The LCM of 8, 10, and 12 is 120. To uncover the least usual multiple that 8, 10, and 12, we require to uncover the multiples that 8, 10, and also 12 (multiples of 8 = 8, 16, 24, 32 . . . . 120 . . . . ; multiples the 10 = 10, 20, 30, 40 . . . . 120 . . . . ; multiples that 12 = 12, 24, 36, 48 . . . . 120 . . . . ) and also choose the smallest multiple that is precisely divisible through 8, 10, and also 12, i.e., 120.

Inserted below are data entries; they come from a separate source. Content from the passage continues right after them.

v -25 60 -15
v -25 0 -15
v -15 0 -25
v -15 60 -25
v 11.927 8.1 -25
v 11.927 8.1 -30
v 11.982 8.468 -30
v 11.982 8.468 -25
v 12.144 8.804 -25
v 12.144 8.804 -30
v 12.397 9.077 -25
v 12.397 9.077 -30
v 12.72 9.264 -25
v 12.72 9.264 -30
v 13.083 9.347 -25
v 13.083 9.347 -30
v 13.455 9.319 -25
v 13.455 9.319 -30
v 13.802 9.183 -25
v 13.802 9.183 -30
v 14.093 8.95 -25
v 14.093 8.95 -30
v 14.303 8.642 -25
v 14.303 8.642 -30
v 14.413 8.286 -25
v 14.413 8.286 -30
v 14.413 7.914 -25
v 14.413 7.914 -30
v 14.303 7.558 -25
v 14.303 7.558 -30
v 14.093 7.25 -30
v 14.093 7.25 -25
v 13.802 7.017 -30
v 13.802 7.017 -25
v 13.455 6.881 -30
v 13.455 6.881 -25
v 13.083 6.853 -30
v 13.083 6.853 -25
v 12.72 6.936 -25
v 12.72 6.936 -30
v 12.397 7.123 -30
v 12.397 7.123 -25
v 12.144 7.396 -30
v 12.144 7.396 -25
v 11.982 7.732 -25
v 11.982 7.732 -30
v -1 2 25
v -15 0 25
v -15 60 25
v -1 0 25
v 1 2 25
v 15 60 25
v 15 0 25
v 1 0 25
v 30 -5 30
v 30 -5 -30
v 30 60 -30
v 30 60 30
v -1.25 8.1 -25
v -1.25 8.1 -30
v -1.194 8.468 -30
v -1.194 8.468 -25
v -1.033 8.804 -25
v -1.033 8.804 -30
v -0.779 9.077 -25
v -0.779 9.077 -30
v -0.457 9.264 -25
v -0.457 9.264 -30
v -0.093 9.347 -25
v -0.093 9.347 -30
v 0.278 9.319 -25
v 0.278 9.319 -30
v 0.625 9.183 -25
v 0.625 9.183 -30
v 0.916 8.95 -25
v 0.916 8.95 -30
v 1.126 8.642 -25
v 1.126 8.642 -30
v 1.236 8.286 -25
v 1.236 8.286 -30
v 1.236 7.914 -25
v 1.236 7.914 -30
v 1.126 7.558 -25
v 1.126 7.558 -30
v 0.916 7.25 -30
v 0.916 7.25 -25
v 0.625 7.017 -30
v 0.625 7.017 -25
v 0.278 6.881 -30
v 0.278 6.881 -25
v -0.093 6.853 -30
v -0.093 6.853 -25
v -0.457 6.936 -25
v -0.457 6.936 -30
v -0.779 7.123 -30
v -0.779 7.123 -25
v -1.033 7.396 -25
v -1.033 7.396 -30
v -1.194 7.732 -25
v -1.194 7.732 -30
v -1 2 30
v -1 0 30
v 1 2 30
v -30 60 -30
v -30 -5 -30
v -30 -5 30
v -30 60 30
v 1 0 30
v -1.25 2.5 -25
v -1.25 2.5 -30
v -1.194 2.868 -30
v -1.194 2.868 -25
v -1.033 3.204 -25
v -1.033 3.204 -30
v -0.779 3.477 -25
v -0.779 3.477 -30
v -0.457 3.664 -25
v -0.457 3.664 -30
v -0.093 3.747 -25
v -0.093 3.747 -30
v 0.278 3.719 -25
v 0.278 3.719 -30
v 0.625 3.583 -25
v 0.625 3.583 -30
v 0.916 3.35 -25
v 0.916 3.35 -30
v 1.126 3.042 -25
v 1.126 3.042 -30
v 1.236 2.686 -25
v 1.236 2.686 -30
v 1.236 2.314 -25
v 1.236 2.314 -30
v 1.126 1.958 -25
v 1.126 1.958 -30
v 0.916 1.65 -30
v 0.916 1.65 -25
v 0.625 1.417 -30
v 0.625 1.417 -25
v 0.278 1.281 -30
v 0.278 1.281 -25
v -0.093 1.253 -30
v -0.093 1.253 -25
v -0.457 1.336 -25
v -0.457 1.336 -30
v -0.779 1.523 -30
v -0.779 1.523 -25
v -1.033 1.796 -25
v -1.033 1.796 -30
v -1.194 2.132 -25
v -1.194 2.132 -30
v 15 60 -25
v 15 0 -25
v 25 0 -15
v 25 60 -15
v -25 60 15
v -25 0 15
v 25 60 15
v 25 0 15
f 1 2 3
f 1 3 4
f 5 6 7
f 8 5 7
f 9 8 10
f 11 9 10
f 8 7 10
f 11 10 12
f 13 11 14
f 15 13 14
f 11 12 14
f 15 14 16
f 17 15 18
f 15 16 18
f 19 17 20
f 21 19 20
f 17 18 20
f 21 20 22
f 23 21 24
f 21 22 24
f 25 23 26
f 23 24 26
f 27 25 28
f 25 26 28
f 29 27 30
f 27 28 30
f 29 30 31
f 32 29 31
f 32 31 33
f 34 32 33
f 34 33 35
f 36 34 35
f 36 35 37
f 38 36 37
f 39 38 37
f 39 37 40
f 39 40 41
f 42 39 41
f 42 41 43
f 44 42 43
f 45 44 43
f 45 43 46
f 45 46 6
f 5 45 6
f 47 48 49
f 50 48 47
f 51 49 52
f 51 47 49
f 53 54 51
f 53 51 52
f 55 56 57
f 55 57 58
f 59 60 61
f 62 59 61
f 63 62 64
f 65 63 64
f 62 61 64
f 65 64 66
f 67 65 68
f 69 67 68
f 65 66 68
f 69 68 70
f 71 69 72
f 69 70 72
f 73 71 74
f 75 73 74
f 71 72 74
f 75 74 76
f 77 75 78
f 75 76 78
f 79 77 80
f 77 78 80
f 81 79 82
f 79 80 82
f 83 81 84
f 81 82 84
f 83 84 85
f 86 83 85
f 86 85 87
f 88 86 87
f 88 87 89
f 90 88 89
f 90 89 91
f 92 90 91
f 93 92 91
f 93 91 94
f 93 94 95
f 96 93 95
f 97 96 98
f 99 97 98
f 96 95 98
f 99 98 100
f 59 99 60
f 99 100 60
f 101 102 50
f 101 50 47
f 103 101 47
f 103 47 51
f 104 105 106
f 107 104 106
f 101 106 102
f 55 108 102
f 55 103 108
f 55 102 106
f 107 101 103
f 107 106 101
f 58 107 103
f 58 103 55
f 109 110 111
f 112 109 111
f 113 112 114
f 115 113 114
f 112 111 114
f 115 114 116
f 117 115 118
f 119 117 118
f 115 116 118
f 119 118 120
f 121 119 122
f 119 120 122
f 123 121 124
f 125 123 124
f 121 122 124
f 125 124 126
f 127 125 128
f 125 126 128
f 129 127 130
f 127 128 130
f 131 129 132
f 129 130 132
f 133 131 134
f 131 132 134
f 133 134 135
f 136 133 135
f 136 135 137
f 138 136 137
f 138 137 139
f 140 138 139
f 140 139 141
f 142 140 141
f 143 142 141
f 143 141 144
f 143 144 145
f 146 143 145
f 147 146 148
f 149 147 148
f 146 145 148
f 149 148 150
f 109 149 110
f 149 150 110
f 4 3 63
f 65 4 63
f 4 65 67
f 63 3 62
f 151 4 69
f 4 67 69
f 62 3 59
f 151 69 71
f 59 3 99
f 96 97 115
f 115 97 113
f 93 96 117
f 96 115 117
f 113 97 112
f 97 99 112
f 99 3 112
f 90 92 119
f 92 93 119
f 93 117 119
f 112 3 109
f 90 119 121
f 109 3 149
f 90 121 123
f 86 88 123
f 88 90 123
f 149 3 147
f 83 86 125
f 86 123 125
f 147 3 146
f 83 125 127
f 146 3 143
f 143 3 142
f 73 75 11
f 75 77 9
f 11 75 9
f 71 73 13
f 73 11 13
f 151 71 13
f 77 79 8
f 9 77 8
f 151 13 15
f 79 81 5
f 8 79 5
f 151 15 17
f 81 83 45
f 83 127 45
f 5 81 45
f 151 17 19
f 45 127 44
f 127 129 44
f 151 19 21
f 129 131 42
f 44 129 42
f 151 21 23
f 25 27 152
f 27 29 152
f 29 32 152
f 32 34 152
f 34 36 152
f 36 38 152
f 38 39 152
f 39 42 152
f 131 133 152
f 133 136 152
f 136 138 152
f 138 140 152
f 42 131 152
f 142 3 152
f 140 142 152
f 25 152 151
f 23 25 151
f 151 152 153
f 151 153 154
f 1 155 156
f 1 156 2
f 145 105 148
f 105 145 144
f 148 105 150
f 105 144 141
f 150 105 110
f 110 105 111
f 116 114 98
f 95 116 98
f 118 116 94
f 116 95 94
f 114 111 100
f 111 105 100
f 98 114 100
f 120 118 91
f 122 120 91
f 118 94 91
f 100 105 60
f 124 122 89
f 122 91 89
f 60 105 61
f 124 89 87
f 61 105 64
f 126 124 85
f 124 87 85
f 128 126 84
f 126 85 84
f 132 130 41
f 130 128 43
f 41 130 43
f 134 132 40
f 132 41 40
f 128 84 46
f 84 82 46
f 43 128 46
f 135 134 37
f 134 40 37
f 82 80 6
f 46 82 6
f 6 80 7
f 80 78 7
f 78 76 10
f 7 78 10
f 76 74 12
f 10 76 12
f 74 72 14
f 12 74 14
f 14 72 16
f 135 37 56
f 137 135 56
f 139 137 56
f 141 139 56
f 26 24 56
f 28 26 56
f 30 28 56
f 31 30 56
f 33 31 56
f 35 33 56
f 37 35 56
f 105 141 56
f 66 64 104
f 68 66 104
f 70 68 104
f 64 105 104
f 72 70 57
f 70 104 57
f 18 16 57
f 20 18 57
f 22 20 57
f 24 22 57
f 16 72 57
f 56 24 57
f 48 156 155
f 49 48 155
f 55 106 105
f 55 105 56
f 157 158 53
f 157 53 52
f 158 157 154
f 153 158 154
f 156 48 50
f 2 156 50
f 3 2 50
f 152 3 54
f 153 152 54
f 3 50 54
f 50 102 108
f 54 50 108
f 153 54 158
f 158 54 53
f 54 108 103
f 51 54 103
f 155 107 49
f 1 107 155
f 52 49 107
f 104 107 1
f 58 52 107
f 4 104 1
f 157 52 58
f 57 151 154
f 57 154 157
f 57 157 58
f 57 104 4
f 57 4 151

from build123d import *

# Parameters (mm, degrees)
SKETCH1_W           = 60
SKETCH1_H           = 60
SKETCH1_W_2         = 50
SKETCH1_H_2         = 50
BOSS_EXTRUDE1_DEPTH = 60
SKETCH2_W           = 60
SKETCH2_H           = 60
BOSS_EXTRUDE2_DEPTH = 5
SKETCH3_R           = 1.25
CUT_EXTRUDE1_DEPTH  = 5
CUT_EXTRUDE2_REACH  = 62
SKETCH4_R           = 1.25
CHAMFER1_SIZE       = 10
CUT_EXTRUDE4_REACH  = 62
SKETCH6_W           = 2
SKETCH6_H           = 2


with BuildPart() as part:
    # Sketch1 → Boss-Extrude1 (new body)
    with BuildSketch(Plane(origin=(0, 0, 0), x_dir=(1, 0, 0), z_dir=(0, 1, 0))):
        Rectangle(SKETCH1_W, SKETCH1_H)
        Rectangle(SKETCH1_W_2, SKETCH1_H_2, mode=Mode.SUBTRACT)
    extrude(amount=BOSS_EXTRUDE1_DEPTH)

    # Sketch2 → Boss-Extrude2 (add)
    with BuildSketch(Plane.XZ):
        Rectangle(SKETCH2_W, SKETCH2_H)
    extrude(amount=BOSS_EXTRUDE2_DEPTH)

    # Sketch3 → Cut-Extrude1 (cut)
    with BuildSketch(Plane(origin=(0, 0, -30), x_dir=(-1, 0, 0), z_dir=(0, 0, -1))):
        with Locations((0, 2.5)):
            Circle(SKETCH3_R)
        with Locations((0, 8.1)):
            Circle(SKETCH3_R)
    extrude(amount=-CUT_EXTRUDE1_DEPTH, mode=Mode.SUBTRACT)

    # Sketch4 → Cut-Extrude2 (cut, up to next)
    with BuildSketch(Plane(origin=(0, 0, -30), x_dir=(-1, 0, 0), z_dir=(0, 0, -1)), mode=Mode.PRIVATE) as cut_extrude2_sk1:
        with Locations((-13.176528006, 8.1)):
            Circle(SKETCH4_R)
    cut_extrude2_tool1 = extrude(cut_extrude2_sk1.sketch, amount=-CUT_EXTRUDE2_REACH, mode=Mode.PRIVATE) & part.part
    add(cut_extrude2_tool1.solids().sort_by_distance((13.176528, 8.1, -30))[0], mode=Mode.SUBTRACT)

    # Chamfer1
    chamfer1_edges = [part.edges().sort_by_distance(p)[0] for p in [
        (25, 30, 25),
        (25, 30, -25),
        (-25, 30, -25),
        (-25, 30, 25),
    ]]
    chamfer(chamfer1_edges, length=CHAMFER1_SIZE)

    # Sketch6 → Cut-Extrude4 (cut, up to next)
    with BuildSketch(Plane.XY.offset(30), mode=Mode.PRIVATE) as cut_extrude4_sk1:
        with Locations((0, 1)):
            Rectangle(SKETCH6_W, SKETCH6_H)
    cut_extrude4_tool1 = extrude(cut_extrude4_sk1.sketch, amount=-CUT_EXTRUDE4_REACH, mode=Mode.PRIVATE) & part.part
    add(cut_extrude4_tool1.solids().sort_by_distance((0, 1, 30))[0], mode=Mode.SUBTRACT)


solid = part.part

How to uncover the LCM of 8, 10, and also 12 by element Factorization?

To find the LCM the 8, 10, and 12 utilizing prime factorization, we will discover the element factors, (8 = 23), (10 = 21 × 51), and also (12 = 22 × 31). LCM that 8, 10, and also 12 is the product of prime components raised to your respective highest possible exponent among the numbers 8, 10, and also 12.⇒ LCM the 8, 10, 12 = 23 × 31 × 51 = 120.

What is the Relation between GCF and LCM that 8, 10, 12?

The complying with equation deserve to be provided to to express the relation between GCF and also LCM of 8, 10, 12, i.e. LCM(8, 10, 12) = <(8 × 10 × 12) × GCF(8, 10, 12)>/.

See more: Which Of The Following Results In A Decrease In The Entropy Of The System?

Which that the complying with is the LCM the 8, 10, and 12? 25, 24, 120, 11

The worth of LCM the 8, 10, 12 is the smallest typical multiple the 8, 10, and 12. The number to solve the given problem is 120.